We are heading up Friday morning and leaving Sunday sometime.


----------



## DirtyBrutes

Well everyone that was going with me and the.wife has backed out. Hope to meet some new people to ride with.


----------



## backwoodsboy70

me n some of my buddies will be out there still


----------



## Addicted2Nitro

So far looks like we should have a pretty good group together, but will see when it gets closer. Be there Friday leave late Sunday.


----------



## backwoodsboy70

sweet i just hope we get some good rain before then


----------



## brute12

The bridge dosent need any rain haha almost up to my dash goin to bridge an back in march!


----------



## backwoodsboy70

i went in feb it was deep in theree i went theu the whole thing on my brute


----------



## cameronthayer

I cant decide on mud muckers or east coast off road park for trucks gone wild.


----------



## No_Substitue_For_A_Brute

cameronthayer said:


> I cant decide on mud muckers or east coast off road park for trucks gone wild.


That's easy. If you're wanting to ride the ATV mud muckers is where to be. If you're taking a truck ECORP is the better choice. 

Sent from my ADR6400L using Tapatalk 2


----------



## Ole Nasty

How is the riding at ECORP?


----------



## No_Substitue_For_A_Brute

Ole Nasty said:


> How is the riding at ECORP?


Not much there for an ATV. Few canals and pits. Everything is shared with the trucks though and there is very little muddy trails.

Sent from my ADR6400L using Tapatalk 2


----------



## mcpyro3

No nothing is shared trucks take everything especially by the end of the day after some beverages eccorp is a great hangout party place with deep mud but mud muckers is by far the best for atvs hands down

Sent from my SAMSUNG-SGH-I747 using Tapatalk 2


----------



## No_Substitue_For_A_Brute

Yea you're right "shared" was a bad word choice.... 
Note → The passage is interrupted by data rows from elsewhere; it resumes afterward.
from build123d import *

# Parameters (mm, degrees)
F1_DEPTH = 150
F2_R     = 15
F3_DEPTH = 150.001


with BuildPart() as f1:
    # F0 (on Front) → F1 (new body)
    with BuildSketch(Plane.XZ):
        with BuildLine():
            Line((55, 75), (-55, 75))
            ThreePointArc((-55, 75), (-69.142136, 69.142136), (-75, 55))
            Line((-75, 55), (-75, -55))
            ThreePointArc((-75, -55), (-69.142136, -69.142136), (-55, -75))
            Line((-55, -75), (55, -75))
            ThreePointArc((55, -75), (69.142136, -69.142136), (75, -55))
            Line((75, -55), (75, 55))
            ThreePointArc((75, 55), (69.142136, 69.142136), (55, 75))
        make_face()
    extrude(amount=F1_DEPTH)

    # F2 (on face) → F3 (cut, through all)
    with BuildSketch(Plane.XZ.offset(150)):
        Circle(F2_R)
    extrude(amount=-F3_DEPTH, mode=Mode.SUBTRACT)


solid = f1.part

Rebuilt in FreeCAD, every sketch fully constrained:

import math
import FreeCAD as App
import Part
import Sketcher
from FreeCAD import Vector

doc = App.newDocument("Part")
body = doc.addObject("PartDesign::Body", "Body")

# Sketch on XZ plane
sketch1 = body.newObject("Sketcher::SketchObject", "Sketch")
sketch1.AttachmentSupport = (doc.getObject("XZ_Plane"), [""])
sketch1.MapMode = "FlatFace"
sketch1.addGeometry([
    Part.LineSegment(Vector(55, 75, 0), Vector(-55, 75, 0)),  # 0
    Part.ArcOfCircle(Part.Circle(Vector(-55.000001, 55.000001, 0), Vector(0, 0, 1), 19.999999), math.radians(89.999996), math.radians(180.000004)),  # 1
    Part.LineSegment(Vector(-75, 55, 0), Vector(-75, -55, 0)),  # 2
    Part.ArcOfCircle(Part.Circle(Vector(-55.000001, -55.000001, 0), Vector(0, 0, 1), 19.999999), math.radians(179.999996), math.radians(270.000004)),  # 3
    Part.LineSegment(Vector(-55, -75, 0), Vector(55, -75, 0)),  # 4
    Part.ArcOfCircle(Part.Circle(Vector(55.000001, -55.000001, 0), Vector(0, 0, 1), 19.999999), math.radians(-90.000004), math.radians(0.000004)),  # 5
    Part.LineSegment(Vector(75, -55, 0), Vector(75, 55, 0)),  # 6
    Part.ArcOfCircle(Part.Circle(Vector(55.000001, 55.000001, 0), Vector(0, 0, 1), 19.999999), math.radians(-0.000004), math.radians(90.000004)),  # 7
], False)
sketch1.addConstraint([
    Sketcher.Constraint("Tangent", 0, 2, 1, 1),
    Sketcher.Constraint("Tangent", 1, 2, 2, 1),
    Sketcher.Constraint("Tangent", 2, 2, 3, 1),
    Sketcher.Constraint("Tangent", 3, 2, 4, 1),
    Sketcher.Constraint("Tangent", 4, 2, 5, 1),
    Sketcher.Constraint("Tangent", 5, 2, 6, 1),
    Sketcher.Constraint("Tangent", 6, 2, 7, 1),
    Sketcher.Constraint("Tangent", 7, 2, 0, 1),
    Sketcher.Constraint("Horizontal", 0),
    Sketcher.Constraint("Vertical", 2),
    Sketcher.Constraint("Horizontal", 4),
    Sketcher.Constraint("Vertical", 6),
    Sketcher.Constraint("Equal", 1, 3),
    Sketcher.Constraint("Equal", 3, 5),
    Sketcher.Constraint("Equal", 5, 7),
    Sketcher.Constraint("Symmetric", 1, 3, 5, 3, -1, 1),
    Sketcher.Constraint("Equal", 4, 2),
    Sketcher.Constraint("Radius", 1, 19.999999),
    Sketcher.Constraint("DistanceX", 0, 2, 0, 1, 110.0),
])
pad1 = body.newObject("PartDesign::Pad", "Pad")
pad1.Profile = sketch1
pad1.Length = 150

# Sketch on XZ plane
sketch2 = body.newObject("Sketcher::SketchObject", "Sketch001")
sketch2.AttachmentSupport = (doc.getObject("XZ_Plane"), [""])
sketch2.MapMode = "FlatFace"
sketch2.AttachmentOffset = App.Placement(Vector(0, 0, 150), App.Rotation())
sketch2.addGeometry(Part.Circle(Vector(0, 0, 0), Vector(0, 0, 1), 15), False)
sketch2.addConstraint([
    Sketcher.Constraint("Coincident", 0, 3, -1, 1),
    Sketcher.Constraint("Diameter", 0, 30.0),
])
pocket1 = body.newObject("PartDesign::Pocket", "Pocket")
pocket1.Profile = sketch2
pocket1.Type = "ThroughAll"

doc.recompute()
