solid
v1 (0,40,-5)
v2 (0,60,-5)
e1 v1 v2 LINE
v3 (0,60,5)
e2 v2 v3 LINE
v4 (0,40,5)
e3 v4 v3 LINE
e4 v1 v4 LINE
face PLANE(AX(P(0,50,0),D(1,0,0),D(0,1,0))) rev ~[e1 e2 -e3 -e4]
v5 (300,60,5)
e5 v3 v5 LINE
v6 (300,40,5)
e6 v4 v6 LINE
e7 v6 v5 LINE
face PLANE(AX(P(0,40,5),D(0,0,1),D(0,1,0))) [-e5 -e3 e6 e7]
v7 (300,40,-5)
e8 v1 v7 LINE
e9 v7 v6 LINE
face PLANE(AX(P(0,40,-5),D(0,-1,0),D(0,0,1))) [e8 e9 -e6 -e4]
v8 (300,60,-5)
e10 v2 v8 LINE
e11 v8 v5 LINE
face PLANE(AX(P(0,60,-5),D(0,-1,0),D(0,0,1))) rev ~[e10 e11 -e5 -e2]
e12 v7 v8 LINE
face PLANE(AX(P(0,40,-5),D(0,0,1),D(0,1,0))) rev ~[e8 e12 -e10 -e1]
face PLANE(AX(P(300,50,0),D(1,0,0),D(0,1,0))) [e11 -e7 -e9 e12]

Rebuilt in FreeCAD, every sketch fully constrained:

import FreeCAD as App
import Part
import Sketcher

V = App.Vector
Q = App.Units.Quantity


def add_polygon(sketch, points):
    """Adds a closed chain of lines whose ends are joined by coincident constraints."""
    first, n = sketch.GeometryCount, len(points)
    for a, b in zip(points, points[1:] + points[:1]):
        sketch.addGeometry(Part.LineSegment(App.Vector(*a, 0), App.Vector(*b, 0)), False)
    for i in range(n):
        sketch.addConstraint(Sketcher.Constraint("Coincident", first + i, 2, first + (i + 1) % n, 1))

doc = App.newDocument("Part")
body = doc.addObject("PartDesign::Body", "Body")

# Sketch on YZ plane
sketch1 = body.newObject("Sketcher::SketchObject", "Sketch")
sketch1.AttachmentSupport = (doc.getObject("YZ_Plane"), [""])
sketch1.MapMode = "FlatFace"
add_polygon(sketch1, [(40, 5), (40, -5), (60, -5), (60, 5)])  # lines 0-3
sketch1.addConstraint(Sketcher.Constraint("Vertical", 0))
sketch1.addConstraint(Sketcher.Constraint("Horizontal", 1))
sketch1.addConstraint(Sketcher.Constraint("Vertical", 2))
sketch1.addConstraint(Sketcher.Constraint("Horizontal", 3))
sketch1.addConstraint(Sketcher.Constraint("DistanceX", 1, 1, 1, 2, Q("20 mm")))
sketch1.addConstraint(Sketcher.Constraint("DistanceY", 0, 2, 0, 1, Q("10 mm")))
sketch1.addConstraint(Sketcher.Constraint("DistanceX", -1, 1, 0, 2, Q("40 mm")))
sketch1.addConstraint(Sketcher.Constraint("DistanceY", 0, 2, -1, 1, Q("5 mm")))
pad1 = body.newObject("PartDesign::Pad", "Pad")
pad1.Profile = sketch1
pad1.Length = 300

doc.recompute()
Sent from my ADR6400L using Tapatalk 2


----------



## mcpyro3

It started out shared but they soon realized trucks bring in more $$ so they can do whatever they want now and we used to be able to ride atvs all night but cant past midnight now

Sent from my SAMSUNG-SGH-I747 using Tapatalk 2


----------



## JPBrute750

Me and a few friends will be at Mud Mucker on Sat


----------



## JPs300

won't make this one but we will be heading up there in the next couple months.


----------



## Bigjohn1121

Where is mud muckers?


----------



## Ole Nasty

Bunell, Fl.
Mud Muckers


----------



## Bigjohn1121

**** thanks I live in la


----------



## pmk6181

New to the site but I have a group of about 12 at the moment heading to Spring Fling


----------



## CaNAm1992

Hell yes got a group of about 20 of us heading down friday coming from saint augustine bout 30 mins away


----------



## DirtyBrutes

1 week to go! Can't wait!


----------



## Addicted2Nitro

Getting close, I should be there Friday am as long as everything goes accordingly.
We need to setup a ride Saturday.


----------



## backwoodsboy70

ill be there friday thru sunday,

heres my # call or text 386-216-0910
and we can ride


----------



## DirtyBrutes

My plan is to be there about 9am on Friday. See y'all there. 352_232_2726. Text me. Jake.


----------



## Addicted2Nitro

I'm leaving cocoa around 9am be there about 11:30 Friday.
Joel 321-793-0739


----------



## brute12

Ill be there early sat. Live real close have a hige group of 30 or so of us names nate 904-599-5687 green eps brute ol2s


----------



## eustismudder

Got a little group going. Should be a good turnout. Be there Friday around noon.


----------



## backwoodsboy70

gonna be out there all the way in the back of the camping area away from everyone, ill be in a red and silver cummins on 9' and 37s with a 10' smoke stack cant miss it lol


----------



## JPs300

Y'all be sure & get some pics/vid. Could use a little extra encitement to get up that way.


----------



## eustismudder

It was dry but the powerlines were fun. Here's a buddy of mine








And me on the wrong end of the rope but still a bad***** pic








Aftermath


----------



## backwoodsboy70

it was dry but had a blast , everyone got wasted and wild lol


----------



## jrpro130

NICE! Can't wait til it's wet there and we will make another trip, it's a haul for us!


----------



## brute12

I was around those 3 team green brutes all day is one an 840 with no racks?


----------



## Addicted2Nitro

I wish it was wet, the dust was horrible. All in all a good weekend


----------



## eustismudder

Yes the no rack 840 is mine. The other 2 were 820 and 840


----------



## DirtyBrutes

Did you camp by the back tree line. There was a green brute with out racks by me.


----------



## brute12

Yeah that thing sounded mean i was by yall at powerlines on the green eps brute with ol2s an hmf


----------



## eustismudder

DirtyBrutes said:


> Did you camp by the back tree line. There was a green brute with out racks by me.


Yes that was us


----------



## eustismudder

Bbrute12 said:


> Yeah that thing sounded mean i was by yall at powerlines on the green eps brute with ol2s an hmf


Yep I seen ya. I'm always checking out other brutes


----------



## eustismudder

Not the best quality cause I just recorded it with my phone from the computer cause its quicker. Short clip makin it rain at the power line.


----------